Después que me dijeron sobre de que "midiera antes que nada" busque por todos lados el manual en mi casa pero no pude encontrarlo...estoy seguro de no haberlo tirado pero no lo pude encontrar.. voy a ver si hay algo en la intenet

conseguí el manual en internet...que dato necesitariamos?

40 w. per chanel into 8 Ohms from 40 Hz. to 20 Khz. with no more than 0.007% total armonic distortion.

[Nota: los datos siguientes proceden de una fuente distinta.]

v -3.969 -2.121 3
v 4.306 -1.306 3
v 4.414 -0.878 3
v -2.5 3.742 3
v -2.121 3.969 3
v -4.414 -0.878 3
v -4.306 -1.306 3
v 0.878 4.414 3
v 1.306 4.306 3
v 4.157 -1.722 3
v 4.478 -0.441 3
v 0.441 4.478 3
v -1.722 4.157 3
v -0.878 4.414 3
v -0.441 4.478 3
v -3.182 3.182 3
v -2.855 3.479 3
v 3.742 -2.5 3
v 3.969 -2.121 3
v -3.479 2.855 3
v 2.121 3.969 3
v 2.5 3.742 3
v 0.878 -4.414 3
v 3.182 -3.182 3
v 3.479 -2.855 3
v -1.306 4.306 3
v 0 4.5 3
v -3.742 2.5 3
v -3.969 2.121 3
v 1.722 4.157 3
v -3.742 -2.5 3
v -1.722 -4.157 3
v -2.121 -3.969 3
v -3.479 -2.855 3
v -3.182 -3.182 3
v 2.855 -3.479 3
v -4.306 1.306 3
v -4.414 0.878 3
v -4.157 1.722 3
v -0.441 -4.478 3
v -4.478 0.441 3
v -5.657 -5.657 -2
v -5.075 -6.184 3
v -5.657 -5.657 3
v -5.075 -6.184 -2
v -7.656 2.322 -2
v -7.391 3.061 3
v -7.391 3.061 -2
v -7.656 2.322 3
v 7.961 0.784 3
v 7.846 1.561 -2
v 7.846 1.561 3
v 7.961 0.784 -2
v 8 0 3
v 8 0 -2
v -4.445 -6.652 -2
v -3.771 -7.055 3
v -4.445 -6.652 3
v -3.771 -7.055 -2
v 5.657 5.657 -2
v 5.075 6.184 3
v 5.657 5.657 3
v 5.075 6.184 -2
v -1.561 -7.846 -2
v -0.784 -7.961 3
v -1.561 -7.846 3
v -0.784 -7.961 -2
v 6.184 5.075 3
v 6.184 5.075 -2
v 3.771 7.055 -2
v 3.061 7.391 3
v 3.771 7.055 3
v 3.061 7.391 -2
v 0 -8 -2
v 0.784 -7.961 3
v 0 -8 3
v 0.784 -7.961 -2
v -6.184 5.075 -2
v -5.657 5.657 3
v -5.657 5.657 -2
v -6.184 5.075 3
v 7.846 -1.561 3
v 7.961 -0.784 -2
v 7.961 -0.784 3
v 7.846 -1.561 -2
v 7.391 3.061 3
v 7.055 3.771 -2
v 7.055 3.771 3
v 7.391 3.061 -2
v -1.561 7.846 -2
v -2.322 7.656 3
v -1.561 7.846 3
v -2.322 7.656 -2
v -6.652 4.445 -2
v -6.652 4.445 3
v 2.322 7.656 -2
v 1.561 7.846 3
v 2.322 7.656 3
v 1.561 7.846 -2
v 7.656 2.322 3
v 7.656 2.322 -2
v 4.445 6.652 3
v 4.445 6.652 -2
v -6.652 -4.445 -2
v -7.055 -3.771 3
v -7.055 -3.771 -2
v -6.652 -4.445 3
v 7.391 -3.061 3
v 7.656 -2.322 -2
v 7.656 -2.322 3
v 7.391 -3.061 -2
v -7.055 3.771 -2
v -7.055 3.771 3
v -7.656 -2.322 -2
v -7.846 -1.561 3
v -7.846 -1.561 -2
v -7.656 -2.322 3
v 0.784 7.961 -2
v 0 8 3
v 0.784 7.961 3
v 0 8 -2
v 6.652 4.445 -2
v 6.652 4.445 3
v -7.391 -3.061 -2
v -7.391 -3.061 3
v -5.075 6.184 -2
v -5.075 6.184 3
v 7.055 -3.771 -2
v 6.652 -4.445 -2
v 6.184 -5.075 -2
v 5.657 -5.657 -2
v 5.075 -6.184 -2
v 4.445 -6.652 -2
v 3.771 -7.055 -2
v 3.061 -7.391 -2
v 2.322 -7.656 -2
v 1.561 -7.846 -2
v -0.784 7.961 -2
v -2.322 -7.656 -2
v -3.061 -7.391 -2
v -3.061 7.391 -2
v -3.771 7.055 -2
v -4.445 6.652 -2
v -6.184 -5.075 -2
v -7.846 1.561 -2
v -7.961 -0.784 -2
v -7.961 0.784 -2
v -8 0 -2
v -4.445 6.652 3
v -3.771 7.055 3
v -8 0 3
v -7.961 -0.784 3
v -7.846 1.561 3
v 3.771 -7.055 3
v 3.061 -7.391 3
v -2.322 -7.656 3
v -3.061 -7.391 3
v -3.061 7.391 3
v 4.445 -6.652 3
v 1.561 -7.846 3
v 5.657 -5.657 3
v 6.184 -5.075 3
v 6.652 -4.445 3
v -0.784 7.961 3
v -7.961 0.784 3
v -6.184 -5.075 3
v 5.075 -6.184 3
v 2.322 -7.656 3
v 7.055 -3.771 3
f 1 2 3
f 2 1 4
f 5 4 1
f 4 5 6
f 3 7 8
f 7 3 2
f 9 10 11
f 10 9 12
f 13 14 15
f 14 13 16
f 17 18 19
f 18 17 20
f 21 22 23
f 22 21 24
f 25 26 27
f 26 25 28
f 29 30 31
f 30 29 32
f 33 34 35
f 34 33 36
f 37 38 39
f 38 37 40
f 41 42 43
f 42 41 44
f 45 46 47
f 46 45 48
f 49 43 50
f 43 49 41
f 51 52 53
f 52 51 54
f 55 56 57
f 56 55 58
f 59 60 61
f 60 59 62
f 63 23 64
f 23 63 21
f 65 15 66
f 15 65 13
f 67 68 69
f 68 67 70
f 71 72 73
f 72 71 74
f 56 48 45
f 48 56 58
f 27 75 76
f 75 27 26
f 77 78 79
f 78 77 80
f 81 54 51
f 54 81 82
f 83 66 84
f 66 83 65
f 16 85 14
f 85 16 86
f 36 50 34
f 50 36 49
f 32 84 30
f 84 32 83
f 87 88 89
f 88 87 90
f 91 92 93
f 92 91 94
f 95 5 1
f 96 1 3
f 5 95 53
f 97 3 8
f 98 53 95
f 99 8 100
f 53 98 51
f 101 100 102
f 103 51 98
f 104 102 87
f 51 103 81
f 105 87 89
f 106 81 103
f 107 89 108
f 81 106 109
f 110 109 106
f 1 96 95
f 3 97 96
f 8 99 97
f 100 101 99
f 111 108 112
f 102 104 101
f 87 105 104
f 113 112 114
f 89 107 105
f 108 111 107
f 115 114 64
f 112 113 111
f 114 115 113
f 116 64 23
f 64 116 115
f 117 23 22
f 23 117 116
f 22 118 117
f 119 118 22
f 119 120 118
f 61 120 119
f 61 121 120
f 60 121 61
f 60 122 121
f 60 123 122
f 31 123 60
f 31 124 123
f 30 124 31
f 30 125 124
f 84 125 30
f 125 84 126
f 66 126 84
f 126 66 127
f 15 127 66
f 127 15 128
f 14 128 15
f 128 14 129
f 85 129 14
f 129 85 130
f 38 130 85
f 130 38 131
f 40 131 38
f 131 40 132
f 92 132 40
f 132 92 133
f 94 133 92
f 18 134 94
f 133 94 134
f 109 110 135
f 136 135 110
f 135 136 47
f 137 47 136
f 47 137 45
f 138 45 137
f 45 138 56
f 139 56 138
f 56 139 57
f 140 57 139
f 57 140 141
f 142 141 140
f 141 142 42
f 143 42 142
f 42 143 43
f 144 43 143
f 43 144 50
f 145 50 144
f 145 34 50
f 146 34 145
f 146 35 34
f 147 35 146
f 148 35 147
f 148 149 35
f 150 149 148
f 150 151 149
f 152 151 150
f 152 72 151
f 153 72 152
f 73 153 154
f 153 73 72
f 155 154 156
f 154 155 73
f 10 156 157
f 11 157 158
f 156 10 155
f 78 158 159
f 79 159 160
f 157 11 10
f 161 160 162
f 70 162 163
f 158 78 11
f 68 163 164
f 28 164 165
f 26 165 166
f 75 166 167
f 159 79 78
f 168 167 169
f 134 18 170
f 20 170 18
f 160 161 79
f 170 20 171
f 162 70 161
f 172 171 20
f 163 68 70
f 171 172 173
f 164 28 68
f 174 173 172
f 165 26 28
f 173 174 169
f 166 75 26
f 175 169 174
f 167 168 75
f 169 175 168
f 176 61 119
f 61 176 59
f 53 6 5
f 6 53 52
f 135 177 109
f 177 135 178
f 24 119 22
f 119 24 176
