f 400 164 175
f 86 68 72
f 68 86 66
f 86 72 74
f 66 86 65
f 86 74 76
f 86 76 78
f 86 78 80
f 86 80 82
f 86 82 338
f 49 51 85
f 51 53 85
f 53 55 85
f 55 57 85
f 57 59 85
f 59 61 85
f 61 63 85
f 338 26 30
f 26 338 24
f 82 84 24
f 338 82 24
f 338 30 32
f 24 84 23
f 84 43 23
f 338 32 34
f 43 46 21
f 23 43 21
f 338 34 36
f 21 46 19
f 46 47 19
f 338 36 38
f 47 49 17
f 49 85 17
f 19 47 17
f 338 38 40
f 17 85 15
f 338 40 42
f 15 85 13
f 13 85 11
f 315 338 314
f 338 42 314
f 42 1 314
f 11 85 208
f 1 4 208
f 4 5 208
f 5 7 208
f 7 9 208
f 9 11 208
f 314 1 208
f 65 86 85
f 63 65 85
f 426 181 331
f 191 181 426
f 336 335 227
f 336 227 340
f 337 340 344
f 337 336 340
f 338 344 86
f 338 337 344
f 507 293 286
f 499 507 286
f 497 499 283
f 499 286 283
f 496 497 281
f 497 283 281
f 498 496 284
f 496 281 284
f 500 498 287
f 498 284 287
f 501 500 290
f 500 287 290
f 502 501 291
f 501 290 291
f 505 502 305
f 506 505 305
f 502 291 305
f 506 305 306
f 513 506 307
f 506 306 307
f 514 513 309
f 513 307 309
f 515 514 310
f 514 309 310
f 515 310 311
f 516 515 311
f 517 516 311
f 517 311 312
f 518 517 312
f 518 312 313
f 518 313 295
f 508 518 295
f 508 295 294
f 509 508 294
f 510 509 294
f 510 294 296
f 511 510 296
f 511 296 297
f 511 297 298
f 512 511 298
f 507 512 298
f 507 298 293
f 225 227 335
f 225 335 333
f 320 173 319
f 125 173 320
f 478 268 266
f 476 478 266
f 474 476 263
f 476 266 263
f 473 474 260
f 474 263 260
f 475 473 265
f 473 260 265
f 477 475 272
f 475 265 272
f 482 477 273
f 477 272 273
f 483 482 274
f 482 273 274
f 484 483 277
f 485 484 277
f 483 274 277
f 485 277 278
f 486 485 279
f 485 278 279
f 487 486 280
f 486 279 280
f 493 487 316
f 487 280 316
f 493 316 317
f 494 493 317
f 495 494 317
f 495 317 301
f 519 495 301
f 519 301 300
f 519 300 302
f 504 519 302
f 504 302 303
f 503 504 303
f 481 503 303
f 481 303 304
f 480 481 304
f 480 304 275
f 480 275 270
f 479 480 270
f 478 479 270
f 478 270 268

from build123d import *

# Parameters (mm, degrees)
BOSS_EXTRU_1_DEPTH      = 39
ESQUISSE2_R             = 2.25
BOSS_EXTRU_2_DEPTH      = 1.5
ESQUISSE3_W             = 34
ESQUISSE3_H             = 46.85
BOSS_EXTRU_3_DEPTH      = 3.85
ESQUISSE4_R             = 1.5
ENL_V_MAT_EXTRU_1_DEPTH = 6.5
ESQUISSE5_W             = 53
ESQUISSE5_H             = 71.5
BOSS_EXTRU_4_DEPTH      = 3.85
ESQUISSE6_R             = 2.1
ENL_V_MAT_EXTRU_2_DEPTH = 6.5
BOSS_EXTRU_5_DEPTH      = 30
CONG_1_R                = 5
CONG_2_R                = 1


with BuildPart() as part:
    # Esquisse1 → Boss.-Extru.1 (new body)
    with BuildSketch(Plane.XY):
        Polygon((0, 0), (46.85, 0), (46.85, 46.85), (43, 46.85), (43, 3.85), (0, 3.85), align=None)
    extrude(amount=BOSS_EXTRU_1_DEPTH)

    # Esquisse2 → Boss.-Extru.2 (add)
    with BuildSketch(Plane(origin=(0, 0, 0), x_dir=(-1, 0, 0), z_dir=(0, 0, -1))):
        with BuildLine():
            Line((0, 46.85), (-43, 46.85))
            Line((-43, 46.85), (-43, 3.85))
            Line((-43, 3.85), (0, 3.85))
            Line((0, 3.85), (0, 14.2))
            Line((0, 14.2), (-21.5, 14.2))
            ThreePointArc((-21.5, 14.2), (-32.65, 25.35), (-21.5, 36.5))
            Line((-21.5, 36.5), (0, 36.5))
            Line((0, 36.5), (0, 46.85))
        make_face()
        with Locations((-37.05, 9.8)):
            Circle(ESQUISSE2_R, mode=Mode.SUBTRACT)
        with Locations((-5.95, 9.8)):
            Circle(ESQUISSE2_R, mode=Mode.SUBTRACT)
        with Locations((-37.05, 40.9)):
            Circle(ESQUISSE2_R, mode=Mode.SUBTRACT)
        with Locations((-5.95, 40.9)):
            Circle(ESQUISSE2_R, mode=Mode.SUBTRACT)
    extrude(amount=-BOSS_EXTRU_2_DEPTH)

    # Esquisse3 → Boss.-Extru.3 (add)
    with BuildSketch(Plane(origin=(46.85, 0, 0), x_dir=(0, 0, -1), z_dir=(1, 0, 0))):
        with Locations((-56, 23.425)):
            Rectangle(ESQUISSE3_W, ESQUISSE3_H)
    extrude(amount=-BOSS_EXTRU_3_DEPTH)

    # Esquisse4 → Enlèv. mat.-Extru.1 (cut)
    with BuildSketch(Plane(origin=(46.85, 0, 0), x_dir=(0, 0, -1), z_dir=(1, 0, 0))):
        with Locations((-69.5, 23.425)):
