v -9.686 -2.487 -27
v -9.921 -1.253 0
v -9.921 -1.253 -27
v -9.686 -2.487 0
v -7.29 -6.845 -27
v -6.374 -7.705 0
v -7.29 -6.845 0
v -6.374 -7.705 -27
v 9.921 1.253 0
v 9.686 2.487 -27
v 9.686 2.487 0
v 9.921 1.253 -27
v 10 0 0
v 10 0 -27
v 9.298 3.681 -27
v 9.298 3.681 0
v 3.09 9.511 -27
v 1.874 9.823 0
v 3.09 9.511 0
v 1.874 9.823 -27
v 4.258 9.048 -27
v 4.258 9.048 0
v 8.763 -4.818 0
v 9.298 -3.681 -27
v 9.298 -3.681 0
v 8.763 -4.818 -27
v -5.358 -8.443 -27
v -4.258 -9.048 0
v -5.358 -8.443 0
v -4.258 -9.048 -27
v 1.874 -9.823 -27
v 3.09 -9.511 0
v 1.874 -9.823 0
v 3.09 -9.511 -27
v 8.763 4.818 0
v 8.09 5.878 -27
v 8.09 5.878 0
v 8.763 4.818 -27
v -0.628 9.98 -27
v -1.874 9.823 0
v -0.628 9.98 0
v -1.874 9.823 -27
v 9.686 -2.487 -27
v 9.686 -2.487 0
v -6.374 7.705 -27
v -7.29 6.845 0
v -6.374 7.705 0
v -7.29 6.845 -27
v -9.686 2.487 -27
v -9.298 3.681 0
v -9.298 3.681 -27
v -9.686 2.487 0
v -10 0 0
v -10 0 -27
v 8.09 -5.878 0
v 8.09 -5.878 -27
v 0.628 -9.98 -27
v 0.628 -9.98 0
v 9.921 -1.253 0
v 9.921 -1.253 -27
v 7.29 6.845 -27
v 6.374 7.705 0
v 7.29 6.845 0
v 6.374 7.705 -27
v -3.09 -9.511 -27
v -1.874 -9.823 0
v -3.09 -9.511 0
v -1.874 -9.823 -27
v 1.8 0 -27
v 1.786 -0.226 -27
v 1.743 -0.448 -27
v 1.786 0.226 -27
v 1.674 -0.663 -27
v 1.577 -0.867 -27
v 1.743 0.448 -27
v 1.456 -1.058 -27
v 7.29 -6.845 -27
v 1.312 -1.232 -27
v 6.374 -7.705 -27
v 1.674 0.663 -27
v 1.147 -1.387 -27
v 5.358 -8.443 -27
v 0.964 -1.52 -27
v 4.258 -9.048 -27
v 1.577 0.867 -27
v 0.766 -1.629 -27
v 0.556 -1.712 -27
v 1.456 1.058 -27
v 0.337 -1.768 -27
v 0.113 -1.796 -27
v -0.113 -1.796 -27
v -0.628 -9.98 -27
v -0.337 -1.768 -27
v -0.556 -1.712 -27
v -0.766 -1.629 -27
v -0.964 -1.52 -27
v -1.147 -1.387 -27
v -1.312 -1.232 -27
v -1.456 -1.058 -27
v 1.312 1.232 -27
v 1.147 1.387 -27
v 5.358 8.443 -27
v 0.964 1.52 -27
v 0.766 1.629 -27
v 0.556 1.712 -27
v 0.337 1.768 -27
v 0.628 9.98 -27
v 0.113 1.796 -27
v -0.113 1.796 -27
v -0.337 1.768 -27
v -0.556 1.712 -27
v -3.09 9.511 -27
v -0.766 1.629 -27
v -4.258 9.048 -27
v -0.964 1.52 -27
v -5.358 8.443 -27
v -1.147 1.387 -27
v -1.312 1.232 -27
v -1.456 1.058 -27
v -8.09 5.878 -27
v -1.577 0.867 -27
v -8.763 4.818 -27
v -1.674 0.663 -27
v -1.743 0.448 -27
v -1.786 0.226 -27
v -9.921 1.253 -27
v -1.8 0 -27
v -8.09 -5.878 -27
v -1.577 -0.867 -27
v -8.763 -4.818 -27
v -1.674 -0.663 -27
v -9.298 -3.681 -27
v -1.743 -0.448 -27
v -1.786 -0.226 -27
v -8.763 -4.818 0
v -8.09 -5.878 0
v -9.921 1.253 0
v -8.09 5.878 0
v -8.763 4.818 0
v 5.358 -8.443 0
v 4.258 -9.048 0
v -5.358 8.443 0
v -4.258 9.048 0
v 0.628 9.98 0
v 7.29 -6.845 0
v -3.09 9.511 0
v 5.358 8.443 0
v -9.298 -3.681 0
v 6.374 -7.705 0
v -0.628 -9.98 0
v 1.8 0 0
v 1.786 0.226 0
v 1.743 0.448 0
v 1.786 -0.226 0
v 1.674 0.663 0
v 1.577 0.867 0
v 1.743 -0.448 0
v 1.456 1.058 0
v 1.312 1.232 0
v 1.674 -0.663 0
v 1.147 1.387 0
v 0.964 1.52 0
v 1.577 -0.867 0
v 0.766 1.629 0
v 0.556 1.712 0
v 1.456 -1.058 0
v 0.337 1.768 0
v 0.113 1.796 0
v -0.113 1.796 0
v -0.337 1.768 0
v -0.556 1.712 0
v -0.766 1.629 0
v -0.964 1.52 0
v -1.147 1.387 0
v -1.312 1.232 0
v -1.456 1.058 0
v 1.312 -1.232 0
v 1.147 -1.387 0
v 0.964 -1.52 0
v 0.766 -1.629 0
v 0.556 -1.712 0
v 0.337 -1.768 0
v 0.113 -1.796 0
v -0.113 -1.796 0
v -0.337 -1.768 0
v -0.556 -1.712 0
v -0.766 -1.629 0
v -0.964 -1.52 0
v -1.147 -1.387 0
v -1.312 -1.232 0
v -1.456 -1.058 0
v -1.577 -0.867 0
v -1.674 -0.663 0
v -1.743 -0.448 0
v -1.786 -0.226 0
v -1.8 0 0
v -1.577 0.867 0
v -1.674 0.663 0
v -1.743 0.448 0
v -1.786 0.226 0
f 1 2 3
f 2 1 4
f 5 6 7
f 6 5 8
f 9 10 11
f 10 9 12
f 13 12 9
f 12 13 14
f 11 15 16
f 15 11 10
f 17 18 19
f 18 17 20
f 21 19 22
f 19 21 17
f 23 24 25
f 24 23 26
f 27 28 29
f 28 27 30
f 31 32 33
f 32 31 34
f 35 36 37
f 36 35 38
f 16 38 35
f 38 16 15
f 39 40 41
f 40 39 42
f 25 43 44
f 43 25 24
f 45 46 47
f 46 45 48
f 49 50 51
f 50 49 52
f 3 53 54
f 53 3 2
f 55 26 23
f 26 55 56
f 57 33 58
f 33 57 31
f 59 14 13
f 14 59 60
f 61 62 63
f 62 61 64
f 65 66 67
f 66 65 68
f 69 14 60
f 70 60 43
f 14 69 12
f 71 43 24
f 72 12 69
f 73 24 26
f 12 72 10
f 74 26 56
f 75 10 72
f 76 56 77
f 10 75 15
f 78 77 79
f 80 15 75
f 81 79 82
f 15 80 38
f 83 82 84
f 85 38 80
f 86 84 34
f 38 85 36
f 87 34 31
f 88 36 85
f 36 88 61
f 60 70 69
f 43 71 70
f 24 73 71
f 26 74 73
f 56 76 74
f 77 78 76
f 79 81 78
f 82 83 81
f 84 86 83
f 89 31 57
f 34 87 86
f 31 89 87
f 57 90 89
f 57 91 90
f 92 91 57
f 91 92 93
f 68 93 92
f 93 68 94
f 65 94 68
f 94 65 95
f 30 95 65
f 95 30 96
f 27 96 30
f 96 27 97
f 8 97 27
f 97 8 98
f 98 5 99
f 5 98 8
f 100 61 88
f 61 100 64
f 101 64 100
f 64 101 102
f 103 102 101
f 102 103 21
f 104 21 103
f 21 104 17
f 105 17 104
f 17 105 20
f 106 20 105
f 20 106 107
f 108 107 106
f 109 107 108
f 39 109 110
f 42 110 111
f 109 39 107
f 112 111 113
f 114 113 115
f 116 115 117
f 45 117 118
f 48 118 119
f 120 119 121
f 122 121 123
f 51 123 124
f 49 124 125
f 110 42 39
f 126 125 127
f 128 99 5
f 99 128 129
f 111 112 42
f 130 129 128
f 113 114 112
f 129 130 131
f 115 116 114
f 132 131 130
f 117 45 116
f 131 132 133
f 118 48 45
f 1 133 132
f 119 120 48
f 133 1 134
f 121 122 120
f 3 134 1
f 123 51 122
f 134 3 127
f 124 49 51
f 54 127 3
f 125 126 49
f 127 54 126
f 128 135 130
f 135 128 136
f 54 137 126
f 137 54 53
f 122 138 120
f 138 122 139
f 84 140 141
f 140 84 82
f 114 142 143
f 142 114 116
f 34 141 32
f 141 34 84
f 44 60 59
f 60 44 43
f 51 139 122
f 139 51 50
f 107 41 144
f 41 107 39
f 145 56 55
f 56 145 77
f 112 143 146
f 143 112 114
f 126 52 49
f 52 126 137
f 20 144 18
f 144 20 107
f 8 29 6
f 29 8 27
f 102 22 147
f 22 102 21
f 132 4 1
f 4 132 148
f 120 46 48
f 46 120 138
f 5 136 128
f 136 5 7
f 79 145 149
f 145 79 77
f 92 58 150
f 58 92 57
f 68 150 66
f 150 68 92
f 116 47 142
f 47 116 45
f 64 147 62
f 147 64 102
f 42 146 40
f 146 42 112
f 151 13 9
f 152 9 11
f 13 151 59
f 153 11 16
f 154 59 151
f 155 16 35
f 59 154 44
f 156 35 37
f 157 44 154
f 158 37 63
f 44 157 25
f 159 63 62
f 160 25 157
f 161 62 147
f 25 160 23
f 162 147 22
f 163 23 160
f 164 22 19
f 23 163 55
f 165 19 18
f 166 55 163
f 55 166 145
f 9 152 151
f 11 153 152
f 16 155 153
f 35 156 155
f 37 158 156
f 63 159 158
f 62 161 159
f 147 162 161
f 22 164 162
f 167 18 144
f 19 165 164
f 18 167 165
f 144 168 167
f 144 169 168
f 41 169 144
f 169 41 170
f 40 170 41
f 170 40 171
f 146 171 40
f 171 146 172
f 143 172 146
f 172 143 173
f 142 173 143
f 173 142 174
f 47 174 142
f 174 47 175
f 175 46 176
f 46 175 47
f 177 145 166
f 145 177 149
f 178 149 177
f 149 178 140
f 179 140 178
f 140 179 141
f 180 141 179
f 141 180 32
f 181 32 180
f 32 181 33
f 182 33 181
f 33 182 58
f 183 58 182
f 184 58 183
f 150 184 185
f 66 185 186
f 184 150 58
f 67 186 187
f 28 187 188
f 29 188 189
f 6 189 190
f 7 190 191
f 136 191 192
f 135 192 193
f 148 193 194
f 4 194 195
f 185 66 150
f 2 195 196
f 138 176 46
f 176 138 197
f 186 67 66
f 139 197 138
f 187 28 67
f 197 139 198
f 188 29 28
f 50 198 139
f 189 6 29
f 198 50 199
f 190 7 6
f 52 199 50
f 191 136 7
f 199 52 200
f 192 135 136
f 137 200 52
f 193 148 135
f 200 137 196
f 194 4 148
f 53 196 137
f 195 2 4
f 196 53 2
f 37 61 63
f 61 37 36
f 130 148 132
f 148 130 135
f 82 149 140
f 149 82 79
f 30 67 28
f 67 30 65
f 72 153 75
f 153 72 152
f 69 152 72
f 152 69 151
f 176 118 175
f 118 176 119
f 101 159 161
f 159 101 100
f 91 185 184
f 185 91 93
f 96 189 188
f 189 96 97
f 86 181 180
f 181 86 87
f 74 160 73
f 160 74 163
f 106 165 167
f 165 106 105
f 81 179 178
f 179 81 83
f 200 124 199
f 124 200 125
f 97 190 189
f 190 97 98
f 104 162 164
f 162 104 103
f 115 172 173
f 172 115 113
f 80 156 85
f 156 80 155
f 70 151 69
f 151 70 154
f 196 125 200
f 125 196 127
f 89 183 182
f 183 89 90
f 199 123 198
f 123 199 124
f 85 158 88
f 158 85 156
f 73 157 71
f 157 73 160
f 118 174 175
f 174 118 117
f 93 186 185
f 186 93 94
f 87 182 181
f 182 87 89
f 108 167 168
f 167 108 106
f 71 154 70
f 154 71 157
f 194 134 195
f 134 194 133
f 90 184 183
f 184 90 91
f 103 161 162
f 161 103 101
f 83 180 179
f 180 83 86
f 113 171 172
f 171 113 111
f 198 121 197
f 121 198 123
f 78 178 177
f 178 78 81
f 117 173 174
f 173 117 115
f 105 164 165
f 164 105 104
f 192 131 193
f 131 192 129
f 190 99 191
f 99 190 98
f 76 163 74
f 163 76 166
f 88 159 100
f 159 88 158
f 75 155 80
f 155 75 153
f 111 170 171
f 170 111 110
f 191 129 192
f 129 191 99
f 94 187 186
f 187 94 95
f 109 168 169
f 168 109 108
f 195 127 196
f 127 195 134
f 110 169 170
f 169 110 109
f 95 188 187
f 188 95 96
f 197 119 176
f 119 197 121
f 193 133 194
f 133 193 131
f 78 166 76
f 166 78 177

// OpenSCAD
$fn = 50;


difference() {
	union() {
		translate(v = [0, 0, -27.0000000000]) {
			cylinder(h = 27, r = 10.0000000000);
		}
	}
	union() {
		#translate(v = [0, 0, -27]) {
			cylinder(h = 27, r = 1.8000000000);
		}
	}
}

0.007% (40 Hz. - 20 Khz. 8 Ohms) a 40 w - armonic distortion
0.007% ( 60 Hz. 7 Khz. = 4:1.8 oyhms) at 40 W - Intermodulation distortion
7 Hz.- 50 Khz  (IHF 0.05% 8 Ohms both channels driven) - Power band width
5 Hz. - 80 khz +0 -3 db (8 Ohms)  Frequency response
Damping Factor     35 ( 1khz. 8 ohms)
Signal to noise ratio : aux  104 db ( ´66 IHF)
                             Phono 71 db ( ´66 IHF)

... de las *cajas* no se demasiado... sigo usando los parlantes que traía, para el que fué diseñada de 12" que debe soportar unos 70 Watts según me dijo el chico que los arregló (enconó nuevo) 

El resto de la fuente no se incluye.